Whilst feeling sorry for myself recently, I had a realization. In my general efforts to keep my writing as real and honest as possible, I forget most of the time to write about things that are not horrible, hard, and devistating. But normal, everyday life is as real as it gets because it isn't everyday that I am passing kidney stones, or puking a million times because I'm pregnant, or having panic attacks, or having a miscarriage. In fact, most days I am not doing these things. So with that, I will tell you about my day.
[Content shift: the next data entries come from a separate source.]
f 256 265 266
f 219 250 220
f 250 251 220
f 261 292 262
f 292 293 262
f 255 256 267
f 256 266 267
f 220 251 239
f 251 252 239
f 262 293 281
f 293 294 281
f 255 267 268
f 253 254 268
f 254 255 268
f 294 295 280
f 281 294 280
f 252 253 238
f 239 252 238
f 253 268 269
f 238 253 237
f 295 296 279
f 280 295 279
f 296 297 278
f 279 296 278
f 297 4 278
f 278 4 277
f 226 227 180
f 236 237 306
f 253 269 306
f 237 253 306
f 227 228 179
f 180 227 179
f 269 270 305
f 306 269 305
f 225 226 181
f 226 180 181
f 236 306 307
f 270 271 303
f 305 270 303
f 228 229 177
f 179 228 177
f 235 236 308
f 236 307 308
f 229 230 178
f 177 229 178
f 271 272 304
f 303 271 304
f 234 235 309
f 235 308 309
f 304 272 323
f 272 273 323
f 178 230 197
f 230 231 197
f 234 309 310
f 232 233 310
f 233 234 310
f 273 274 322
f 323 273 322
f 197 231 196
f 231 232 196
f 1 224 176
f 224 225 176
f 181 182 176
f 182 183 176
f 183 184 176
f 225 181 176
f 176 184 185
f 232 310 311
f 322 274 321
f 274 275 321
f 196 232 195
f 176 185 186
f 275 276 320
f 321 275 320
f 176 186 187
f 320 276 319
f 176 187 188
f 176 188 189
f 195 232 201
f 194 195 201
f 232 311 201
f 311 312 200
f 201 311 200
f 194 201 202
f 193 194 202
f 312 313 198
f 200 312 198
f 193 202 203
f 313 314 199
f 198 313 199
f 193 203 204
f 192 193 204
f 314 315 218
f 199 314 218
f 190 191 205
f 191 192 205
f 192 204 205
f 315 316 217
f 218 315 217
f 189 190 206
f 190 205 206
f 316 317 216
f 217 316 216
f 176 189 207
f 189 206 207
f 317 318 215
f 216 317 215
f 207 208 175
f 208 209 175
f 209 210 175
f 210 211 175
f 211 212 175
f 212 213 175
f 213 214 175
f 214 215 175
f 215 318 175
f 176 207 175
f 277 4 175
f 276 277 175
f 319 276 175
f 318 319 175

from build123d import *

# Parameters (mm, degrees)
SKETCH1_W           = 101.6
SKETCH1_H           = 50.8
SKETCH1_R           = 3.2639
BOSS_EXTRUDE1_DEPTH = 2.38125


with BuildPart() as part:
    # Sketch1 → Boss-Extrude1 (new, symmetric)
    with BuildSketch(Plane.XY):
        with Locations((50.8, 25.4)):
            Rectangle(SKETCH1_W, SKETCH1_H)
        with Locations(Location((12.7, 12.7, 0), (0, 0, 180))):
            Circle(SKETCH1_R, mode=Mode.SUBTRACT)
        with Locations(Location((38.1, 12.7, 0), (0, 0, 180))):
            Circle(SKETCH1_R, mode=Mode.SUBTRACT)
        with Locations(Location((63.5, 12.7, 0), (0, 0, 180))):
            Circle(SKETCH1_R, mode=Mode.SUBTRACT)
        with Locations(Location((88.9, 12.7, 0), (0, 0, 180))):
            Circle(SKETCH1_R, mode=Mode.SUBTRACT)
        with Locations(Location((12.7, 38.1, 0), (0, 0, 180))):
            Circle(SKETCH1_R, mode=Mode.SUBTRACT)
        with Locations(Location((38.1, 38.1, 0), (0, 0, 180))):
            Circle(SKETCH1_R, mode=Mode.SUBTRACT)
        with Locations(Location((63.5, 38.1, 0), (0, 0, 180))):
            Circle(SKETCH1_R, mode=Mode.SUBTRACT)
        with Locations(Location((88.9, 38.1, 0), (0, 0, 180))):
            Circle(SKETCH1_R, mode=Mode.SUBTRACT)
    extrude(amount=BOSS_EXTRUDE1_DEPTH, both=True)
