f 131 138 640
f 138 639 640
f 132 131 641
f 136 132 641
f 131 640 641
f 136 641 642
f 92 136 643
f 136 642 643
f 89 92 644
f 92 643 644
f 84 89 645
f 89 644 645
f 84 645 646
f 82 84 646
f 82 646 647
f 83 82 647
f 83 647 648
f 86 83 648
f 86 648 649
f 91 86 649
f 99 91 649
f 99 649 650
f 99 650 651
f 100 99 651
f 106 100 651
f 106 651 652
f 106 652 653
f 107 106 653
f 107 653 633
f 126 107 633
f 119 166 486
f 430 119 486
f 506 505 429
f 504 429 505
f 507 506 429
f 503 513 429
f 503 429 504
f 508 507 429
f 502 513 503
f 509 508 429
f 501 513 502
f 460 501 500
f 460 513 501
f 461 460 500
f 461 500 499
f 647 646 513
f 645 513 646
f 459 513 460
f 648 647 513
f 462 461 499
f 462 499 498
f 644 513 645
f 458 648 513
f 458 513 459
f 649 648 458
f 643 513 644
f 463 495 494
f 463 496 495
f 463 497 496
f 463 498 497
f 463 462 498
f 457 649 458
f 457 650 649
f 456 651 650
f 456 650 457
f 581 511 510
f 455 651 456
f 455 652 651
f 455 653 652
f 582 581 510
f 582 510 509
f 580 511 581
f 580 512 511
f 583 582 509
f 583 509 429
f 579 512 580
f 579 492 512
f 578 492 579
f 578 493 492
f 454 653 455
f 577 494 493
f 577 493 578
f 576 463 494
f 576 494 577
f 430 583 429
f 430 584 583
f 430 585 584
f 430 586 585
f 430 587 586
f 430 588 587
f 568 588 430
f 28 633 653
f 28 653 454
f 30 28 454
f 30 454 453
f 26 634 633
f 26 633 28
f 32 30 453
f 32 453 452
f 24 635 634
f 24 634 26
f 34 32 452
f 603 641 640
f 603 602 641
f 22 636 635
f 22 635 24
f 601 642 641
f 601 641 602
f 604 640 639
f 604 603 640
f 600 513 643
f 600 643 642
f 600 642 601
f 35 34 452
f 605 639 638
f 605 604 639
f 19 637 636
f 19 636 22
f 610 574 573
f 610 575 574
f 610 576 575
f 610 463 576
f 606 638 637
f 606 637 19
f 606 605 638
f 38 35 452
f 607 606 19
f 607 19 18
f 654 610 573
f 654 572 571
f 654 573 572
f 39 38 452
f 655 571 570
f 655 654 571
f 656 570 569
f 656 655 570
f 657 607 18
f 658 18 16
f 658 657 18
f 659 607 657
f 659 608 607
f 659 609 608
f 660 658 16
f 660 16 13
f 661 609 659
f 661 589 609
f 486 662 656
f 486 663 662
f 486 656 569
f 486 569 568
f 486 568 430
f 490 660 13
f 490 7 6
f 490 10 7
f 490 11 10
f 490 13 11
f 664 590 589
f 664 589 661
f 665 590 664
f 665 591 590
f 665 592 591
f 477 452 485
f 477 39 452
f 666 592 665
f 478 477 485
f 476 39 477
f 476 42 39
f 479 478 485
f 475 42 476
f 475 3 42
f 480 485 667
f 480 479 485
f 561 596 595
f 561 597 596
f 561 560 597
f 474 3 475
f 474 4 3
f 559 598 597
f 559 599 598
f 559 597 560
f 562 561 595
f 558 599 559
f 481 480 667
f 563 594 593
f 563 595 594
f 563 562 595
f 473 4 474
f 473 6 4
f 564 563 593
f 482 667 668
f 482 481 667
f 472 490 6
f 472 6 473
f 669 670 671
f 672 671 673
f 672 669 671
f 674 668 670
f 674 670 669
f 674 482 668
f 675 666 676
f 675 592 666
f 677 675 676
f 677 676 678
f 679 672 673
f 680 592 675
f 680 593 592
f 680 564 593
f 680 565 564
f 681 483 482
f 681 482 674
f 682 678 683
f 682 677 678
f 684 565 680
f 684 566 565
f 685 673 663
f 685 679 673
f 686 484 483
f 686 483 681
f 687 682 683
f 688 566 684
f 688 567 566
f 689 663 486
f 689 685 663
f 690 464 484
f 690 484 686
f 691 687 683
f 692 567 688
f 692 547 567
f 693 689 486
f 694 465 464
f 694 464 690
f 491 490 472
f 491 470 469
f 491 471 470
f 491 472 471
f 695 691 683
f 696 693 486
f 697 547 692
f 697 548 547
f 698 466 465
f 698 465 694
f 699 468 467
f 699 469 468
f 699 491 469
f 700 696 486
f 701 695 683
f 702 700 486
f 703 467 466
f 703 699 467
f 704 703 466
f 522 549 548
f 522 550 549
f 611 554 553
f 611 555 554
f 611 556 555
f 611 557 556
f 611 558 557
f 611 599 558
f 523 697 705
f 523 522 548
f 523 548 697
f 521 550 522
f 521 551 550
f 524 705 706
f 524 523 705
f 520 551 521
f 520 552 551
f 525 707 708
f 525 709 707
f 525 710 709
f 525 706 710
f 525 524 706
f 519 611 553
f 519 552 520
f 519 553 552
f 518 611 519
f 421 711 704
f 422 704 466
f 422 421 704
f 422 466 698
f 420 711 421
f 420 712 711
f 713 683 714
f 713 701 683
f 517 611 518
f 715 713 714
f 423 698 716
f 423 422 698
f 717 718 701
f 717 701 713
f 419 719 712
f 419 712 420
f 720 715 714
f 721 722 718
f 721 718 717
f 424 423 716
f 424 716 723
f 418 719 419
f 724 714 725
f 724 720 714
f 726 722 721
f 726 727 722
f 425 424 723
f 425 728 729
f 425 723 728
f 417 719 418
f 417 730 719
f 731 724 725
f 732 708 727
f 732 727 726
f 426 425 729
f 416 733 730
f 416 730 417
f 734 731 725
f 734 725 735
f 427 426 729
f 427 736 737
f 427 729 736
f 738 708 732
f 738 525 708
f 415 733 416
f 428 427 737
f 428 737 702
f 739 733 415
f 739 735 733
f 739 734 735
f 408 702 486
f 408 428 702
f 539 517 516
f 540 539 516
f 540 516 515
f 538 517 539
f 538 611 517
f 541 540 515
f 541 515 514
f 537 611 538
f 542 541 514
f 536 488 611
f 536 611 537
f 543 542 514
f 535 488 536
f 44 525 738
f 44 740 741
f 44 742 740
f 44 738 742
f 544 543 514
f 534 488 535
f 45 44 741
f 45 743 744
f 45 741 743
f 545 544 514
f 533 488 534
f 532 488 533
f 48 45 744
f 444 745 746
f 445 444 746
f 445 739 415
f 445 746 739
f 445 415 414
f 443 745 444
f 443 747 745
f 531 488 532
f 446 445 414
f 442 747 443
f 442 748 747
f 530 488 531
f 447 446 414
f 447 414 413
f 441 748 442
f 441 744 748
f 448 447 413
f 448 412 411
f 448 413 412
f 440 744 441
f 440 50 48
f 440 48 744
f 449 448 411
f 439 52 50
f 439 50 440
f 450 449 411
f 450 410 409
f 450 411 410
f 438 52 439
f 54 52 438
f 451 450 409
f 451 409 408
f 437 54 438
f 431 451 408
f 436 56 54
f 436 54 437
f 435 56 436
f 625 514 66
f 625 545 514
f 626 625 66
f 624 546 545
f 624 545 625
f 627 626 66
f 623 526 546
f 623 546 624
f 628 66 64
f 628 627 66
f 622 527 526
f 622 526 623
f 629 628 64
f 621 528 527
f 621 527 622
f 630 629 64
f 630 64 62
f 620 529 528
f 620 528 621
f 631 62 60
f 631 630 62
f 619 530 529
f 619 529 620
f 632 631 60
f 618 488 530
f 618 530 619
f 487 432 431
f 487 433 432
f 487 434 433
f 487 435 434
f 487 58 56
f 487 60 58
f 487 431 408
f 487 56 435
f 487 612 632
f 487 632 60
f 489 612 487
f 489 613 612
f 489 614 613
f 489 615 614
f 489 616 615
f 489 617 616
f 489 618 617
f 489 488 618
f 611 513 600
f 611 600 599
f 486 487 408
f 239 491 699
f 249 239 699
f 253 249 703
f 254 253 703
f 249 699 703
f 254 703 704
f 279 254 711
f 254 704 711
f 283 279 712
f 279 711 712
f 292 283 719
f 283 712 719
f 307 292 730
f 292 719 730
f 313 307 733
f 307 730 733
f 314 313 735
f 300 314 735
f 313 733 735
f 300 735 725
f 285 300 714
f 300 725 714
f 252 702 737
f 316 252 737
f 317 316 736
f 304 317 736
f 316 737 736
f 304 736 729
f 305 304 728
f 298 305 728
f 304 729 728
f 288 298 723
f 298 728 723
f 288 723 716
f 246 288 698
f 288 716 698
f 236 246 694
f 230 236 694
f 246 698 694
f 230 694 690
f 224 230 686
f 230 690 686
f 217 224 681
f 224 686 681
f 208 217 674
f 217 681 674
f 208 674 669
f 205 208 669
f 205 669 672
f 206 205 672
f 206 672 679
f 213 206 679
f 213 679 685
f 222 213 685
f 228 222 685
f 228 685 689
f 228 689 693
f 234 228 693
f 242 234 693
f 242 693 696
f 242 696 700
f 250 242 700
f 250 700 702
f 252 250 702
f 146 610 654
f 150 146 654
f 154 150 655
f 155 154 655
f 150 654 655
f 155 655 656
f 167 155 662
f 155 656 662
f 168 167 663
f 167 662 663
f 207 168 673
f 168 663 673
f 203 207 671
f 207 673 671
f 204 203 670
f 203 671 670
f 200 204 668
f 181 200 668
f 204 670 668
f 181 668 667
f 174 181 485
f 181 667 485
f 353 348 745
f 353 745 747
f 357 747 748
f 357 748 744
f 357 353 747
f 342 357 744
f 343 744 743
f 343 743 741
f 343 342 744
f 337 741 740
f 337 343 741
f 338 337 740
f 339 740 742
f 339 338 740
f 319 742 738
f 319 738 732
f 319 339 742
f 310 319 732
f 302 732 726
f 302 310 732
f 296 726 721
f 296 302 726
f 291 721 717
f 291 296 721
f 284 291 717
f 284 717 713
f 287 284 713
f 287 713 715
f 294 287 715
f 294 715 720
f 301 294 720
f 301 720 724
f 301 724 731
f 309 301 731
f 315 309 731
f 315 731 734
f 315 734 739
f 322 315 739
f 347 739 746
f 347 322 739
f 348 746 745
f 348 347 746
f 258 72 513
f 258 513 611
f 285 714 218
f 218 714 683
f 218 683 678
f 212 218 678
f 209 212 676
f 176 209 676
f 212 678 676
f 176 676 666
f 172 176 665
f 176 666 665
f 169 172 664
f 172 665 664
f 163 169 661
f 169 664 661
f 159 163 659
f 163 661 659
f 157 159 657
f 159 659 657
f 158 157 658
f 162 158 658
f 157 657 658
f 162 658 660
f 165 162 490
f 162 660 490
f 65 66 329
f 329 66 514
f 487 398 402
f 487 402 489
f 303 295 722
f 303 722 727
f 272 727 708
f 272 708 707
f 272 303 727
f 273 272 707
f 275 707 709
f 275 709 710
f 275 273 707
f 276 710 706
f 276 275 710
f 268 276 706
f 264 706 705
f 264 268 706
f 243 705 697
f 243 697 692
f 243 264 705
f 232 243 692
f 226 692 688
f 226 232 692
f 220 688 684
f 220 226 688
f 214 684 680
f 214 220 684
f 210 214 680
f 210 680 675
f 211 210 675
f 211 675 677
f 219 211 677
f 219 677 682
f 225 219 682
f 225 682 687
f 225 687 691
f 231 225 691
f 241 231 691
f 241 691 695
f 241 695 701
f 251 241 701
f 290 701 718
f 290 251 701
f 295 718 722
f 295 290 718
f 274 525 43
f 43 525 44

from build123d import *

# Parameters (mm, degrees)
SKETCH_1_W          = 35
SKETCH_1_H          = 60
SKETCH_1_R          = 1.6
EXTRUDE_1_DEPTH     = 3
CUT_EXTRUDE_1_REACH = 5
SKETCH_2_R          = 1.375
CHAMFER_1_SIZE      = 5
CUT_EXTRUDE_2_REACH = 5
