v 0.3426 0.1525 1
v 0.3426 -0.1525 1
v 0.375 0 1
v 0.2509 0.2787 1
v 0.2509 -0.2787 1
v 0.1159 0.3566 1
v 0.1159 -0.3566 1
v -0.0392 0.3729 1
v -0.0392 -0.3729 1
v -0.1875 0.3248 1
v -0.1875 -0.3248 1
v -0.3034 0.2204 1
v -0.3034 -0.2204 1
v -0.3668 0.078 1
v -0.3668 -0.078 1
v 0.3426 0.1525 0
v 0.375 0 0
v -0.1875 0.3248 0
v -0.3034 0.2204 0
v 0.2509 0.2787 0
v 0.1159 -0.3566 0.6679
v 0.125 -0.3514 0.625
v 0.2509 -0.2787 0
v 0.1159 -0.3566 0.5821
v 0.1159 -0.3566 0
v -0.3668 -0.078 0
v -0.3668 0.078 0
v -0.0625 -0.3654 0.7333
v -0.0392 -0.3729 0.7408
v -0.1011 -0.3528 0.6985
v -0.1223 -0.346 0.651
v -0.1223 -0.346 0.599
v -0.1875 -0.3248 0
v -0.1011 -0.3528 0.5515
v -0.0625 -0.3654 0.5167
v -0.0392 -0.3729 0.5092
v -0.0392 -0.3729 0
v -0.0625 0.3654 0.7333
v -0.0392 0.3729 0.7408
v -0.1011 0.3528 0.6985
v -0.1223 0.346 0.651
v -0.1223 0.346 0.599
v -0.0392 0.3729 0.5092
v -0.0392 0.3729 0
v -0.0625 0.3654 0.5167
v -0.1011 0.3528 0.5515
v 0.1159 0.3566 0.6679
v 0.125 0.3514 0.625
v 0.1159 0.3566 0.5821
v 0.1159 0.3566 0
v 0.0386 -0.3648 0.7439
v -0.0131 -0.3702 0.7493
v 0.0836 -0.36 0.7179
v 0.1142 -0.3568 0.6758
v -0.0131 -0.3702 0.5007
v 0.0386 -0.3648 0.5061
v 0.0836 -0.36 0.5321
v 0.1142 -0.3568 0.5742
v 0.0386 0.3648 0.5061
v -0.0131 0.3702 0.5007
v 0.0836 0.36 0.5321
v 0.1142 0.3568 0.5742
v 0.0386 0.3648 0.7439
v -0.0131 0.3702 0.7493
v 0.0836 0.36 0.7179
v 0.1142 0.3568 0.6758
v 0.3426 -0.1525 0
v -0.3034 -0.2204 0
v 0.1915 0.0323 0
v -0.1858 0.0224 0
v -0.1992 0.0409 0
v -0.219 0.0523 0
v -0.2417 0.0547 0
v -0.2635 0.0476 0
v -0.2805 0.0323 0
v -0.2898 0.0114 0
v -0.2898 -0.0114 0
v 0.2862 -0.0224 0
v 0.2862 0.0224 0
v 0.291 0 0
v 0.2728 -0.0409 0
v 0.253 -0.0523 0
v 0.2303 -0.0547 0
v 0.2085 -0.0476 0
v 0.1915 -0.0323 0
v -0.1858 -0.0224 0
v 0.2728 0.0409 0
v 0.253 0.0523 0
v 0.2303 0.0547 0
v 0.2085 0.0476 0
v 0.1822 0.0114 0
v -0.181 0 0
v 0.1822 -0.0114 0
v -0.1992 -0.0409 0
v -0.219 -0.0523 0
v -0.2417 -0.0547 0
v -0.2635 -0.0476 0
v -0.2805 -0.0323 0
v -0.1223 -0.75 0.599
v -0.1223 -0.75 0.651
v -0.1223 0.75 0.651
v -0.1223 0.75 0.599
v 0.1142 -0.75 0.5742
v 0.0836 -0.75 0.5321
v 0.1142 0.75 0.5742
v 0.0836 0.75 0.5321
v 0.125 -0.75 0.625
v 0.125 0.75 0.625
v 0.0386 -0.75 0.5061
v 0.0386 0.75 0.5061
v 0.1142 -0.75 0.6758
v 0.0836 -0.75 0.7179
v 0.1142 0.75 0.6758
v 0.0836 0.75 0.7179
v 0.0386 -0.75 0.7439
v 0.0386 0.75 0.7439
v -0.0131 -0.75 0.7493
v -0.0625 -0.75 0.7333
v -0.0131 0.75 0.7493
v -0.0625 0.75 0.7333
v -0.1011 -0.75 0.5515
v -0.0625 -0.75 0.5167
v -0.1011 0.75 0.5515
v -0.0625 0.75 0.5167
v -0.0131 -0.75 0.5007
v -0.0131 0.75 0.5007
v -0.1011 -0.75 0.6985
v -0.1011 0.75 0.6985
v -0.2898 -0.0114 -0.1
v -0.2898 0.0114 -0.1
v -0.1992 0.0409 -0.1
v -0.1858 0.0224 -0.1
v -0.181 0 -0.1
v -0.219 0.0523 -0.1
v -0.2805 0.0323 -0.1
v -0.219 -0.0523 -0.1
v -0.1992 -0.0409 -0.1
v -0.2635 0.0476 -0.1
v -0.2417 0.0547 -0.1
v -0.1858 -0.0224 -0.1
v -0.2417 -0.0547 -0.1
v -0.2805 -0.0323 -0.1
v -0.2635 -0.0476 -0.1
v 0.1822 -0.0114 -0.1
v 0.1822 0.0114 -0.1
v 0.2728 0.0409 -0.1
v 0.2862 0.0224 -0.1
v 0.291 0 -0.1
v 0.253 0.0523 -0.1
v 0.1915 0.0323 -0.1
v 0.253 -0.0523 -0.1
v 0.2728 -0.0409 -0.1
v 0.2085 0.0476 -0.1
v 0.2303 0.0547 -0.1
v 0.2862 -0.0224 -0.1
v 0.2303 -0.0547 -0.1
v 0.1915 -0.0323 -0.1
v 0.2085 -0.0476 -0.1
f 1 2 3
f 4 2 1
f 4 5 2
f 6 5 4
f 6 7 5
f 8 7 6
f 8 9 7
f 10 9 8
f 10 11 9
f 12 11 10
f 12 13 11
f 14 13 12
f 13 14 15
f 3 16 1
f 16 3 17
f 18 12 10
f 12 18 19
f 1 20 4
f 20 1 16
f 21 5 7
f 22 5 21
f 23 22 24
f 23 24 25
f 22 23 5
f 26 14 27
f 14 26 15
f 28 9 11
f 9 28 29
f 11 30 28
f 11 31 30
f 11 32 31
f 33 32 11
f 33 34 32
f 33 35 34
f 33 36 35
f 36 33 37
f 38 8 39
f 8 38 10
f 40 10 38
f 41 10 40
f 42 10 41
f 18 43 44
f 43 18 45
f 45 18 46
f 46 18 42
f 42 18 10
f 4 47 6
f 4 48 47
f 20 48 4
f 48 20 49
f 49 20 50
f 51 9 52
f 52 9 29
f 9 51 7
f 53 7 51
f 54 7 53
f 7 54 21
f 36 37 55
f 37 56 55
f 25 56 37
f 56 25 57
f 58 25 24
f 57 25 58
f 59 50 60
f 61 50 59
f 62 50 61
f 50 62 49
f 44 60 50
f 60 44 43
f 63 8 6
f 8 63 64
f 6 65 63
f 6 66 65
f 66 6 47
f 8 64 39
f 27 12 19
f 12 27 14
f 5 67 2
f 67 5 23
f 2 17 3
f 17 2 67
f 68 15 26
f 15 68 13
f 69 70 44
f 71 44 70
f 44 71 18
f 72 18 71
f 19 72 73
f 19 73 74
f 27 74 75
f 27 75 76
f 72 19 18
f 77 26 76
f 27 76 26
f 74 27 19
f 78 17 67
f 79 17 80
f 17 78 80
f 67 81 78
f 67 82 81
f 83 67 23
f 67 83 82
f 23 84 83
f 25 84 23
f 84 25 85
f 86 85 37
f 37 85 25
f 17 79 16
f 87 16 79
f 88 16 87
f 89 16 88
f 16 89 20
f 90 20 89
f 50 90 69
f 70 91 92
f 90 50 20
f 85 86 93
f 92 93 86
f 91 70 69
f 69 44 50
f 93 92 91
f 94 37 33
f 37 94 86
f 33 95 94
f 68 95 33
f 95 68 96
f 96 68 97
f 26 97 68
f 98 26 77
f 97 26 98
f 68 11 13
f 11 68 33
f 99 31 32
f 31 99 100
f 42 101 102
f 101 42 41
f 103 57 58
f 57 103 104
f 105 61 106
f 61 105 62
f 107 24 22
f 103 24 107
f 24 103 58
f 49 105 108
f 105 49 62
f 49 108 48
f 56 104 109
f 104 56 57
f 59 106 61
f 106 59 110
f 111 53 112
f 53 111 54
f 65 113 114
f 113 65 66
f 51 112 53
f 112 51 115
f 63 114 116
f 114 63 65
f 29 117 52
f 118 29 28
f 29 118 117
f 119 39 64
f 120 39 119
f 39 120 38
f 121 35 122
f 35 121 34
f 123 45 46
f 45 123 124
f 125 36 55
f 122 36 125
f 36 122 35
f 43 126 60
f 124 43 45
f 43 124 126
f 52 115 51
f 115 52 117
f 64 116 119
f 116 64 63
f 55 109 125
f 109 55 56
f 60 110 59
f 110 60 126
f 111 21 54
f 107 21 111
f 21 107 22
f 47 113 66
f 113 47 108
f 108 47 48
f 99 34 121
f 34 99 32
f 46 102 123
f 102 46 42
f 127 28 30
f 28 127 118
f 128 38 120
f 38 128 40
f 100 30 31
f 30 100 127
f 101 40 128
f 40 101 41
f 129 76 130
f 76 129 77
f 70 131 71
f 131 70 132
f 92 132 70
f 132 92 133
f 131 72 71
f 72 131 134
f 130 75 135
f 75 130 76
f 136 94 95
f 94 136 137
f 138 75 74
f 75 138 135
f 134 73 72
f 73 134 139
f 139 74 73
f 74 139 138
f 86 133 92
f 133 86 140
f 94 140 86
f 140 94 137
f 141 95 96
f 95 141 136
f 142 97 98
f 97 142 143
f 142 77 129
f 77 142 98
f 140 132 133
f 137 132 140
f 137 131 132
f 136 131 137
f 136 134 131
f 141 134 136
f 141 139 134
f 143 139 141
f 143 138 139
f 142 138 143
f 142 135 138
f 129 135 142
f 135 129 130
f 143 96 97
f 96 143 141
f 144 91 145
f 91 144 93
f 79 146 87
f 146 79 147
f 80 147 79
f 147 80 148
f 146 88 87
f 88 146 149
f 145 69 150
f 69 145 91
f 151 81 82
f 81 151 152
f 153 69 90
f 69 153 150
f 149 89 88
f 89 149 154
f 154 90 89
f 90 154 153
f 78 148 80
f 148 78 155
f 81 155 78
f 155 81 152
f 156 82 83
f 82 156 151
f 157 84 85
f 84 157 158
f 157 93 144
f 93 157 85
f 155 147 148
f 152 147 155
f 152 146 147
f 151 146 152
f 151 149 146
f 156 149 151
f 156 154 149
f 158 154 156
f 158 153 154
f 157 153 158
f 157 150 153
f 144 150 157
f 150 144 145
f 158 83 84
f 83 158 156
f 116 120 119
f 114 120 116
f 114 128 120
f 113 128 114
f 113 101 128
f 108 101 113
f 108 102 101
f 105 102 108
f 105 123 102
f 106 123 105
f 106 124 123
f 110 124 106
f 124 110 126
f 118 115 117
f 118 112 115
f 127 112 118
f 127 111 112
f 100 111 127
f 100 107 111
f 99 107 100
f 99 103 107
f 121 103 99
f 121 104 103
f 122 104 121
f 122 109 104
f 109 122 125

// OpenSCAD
$fn = 15;


union() {
	difference() {
		difference() {
			cylinder(center = false, d = 0.7500000000, h = 1.0000000000);
			translate(v = [0, 0, -0.3750000000]) {
				translate(v = [-0.0, -0.0, 1.0]) {
					rotate(a = -180.0, v = [1.0, 0.0, -0.0]) {
						rotate(a = [90.0000000000, 0.0000000000, 0.0000000000]) {
							cylinder(center = true, d = 0.2500000000, h = 1.5000000000);
						}
					}
				}
			}
		}
		union() {
			translate(v = [-0.2360000000, 0, 0]) {
				cylinder(center = false, d = 0.1250000000, h = 0.3750000000);
			}
			translate(v = [-0.2360000000, 0, 0]) {
				translate(v = [-0.0, -0.0, -0.1]) {
					cylinder(center = false, d = 0.1100000000, h = 0.1000000000);
				}
			}
		}
		union() {
			translate(v = [0.2360000000, 0, 0]) {
				cylinder(center = false, d = 0.1250000000, h = 0.3750000000);
			}
			translate(v = [0.2360000000, 0, 0]) {
				translate(v = [-0.0, -0.0, -0.1]) {
					cylinder(center = false, d = 0.1100000000, h = 0.1000000000);
				}
			}
		}
	}
	translate(v = [0, 0, -0.3750000000]) {
		translate(v = [-0.0, -0.0, 1.0]) {
			rotate(a = -180.0, v = [1.0, 0.0, -0.0]) {
				rotate(a = [90.0000000000, 0.0000000000, 0.0000000000]) {
					cylinder(center = true, d = 0.2500000000, h = 1.5000000000);
				}
			}
		}
	}
	union() {
		translate(v = [-0.2360000000, 0, 0]) {
			cylinder(center = false, d = 0.1250000000, h = 0.3750000000);
		}
		translate(v = [-0.2360000000, 0, 0]) {
			translate(v = [-0.0, -0.0, -0.1]) {
				cylinder(center = false, d = 0.1100000000, h = 0.1000000000);
			}
		}
	}
	union() {
		translate(v = [0.2360000000, 0, 0]) {
			cylinder(center = false, d = 0.1250000000, h = 0.3750000000);
		}
		translate(v = [0.2360000000, 0, 0]) {
			translate(v = [-0.0, -0.0, -0.1]) {
				cylinder(center = false, d = 0.1100000000, h = 0.1000000000);
			}
		}
	}
}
Today was exceptionally normal, and nothing bad even happened. Sam woke up early with the baby and let me sleep in-actually, he does this most days and it is a beautiful gift. We did chores, and laundry, and ended up organizing and purging lots of unneeded junk. It feels pretty good to be able to walk inside of my laundryroom again. I bleached a once white rug that has been sitting in the laundry room for months waiting to be treated (who even puts white rugs in high traffic areas anyways?!). That rug almost looks white again so I am going to call that one a success. We talked about going to the zoo but ultimately decided to go another day because staying home together sounded kind of nice. I played with my son and fed him some new foods-he was pretty sure he liked them. Discovering new things with him is one of my favorite pastimes. I changed a few diapers and made a few bottles, but when he took a three hour nap I did a little victory dance in my head. The dishes got done but the carpet didn't get vacuumed. I convinced Sam to pare down his costume collection which cleared up a ton of storage space.  I convinced myself to pare down my wardrobe which saved even more. Most importantly I found my glue gun-not that I needed it today but that thing had been missing for, like, ever. We both wiped a runny nose over and over, but we also got lots of smiles and laughs form our littlest Sam. Leftovers and a frozen chicken pot pie got eaten for dinner in between random chores and getting buddy ready for bed. Dad Sam did bedtime and I got to spend a few quiet moments by myself. We sat together in bed and Sam watched a movie while I drafted the Relief Society newsletter and made a birthday list. Feeling pretty proud of myself for being a week ahead of the game there. Bath time for me was enhanced by my amazing (read: not actually functional) home made bath bomb-but at least it smelled nice. Instead of being annoyed my insomnia I painted my toenails and shaved my legs for the first time in probably weeks. And as my polish sat drying I decided to write about my beautifully average  day where nothing bad even happened. What a blessing real life can be. I am so glad that my everyday looks a lot more like this than the days I most often blog about. So here's to all of the entirely forgettable days that fill up so much of my life. Without you, I would be a complete mess.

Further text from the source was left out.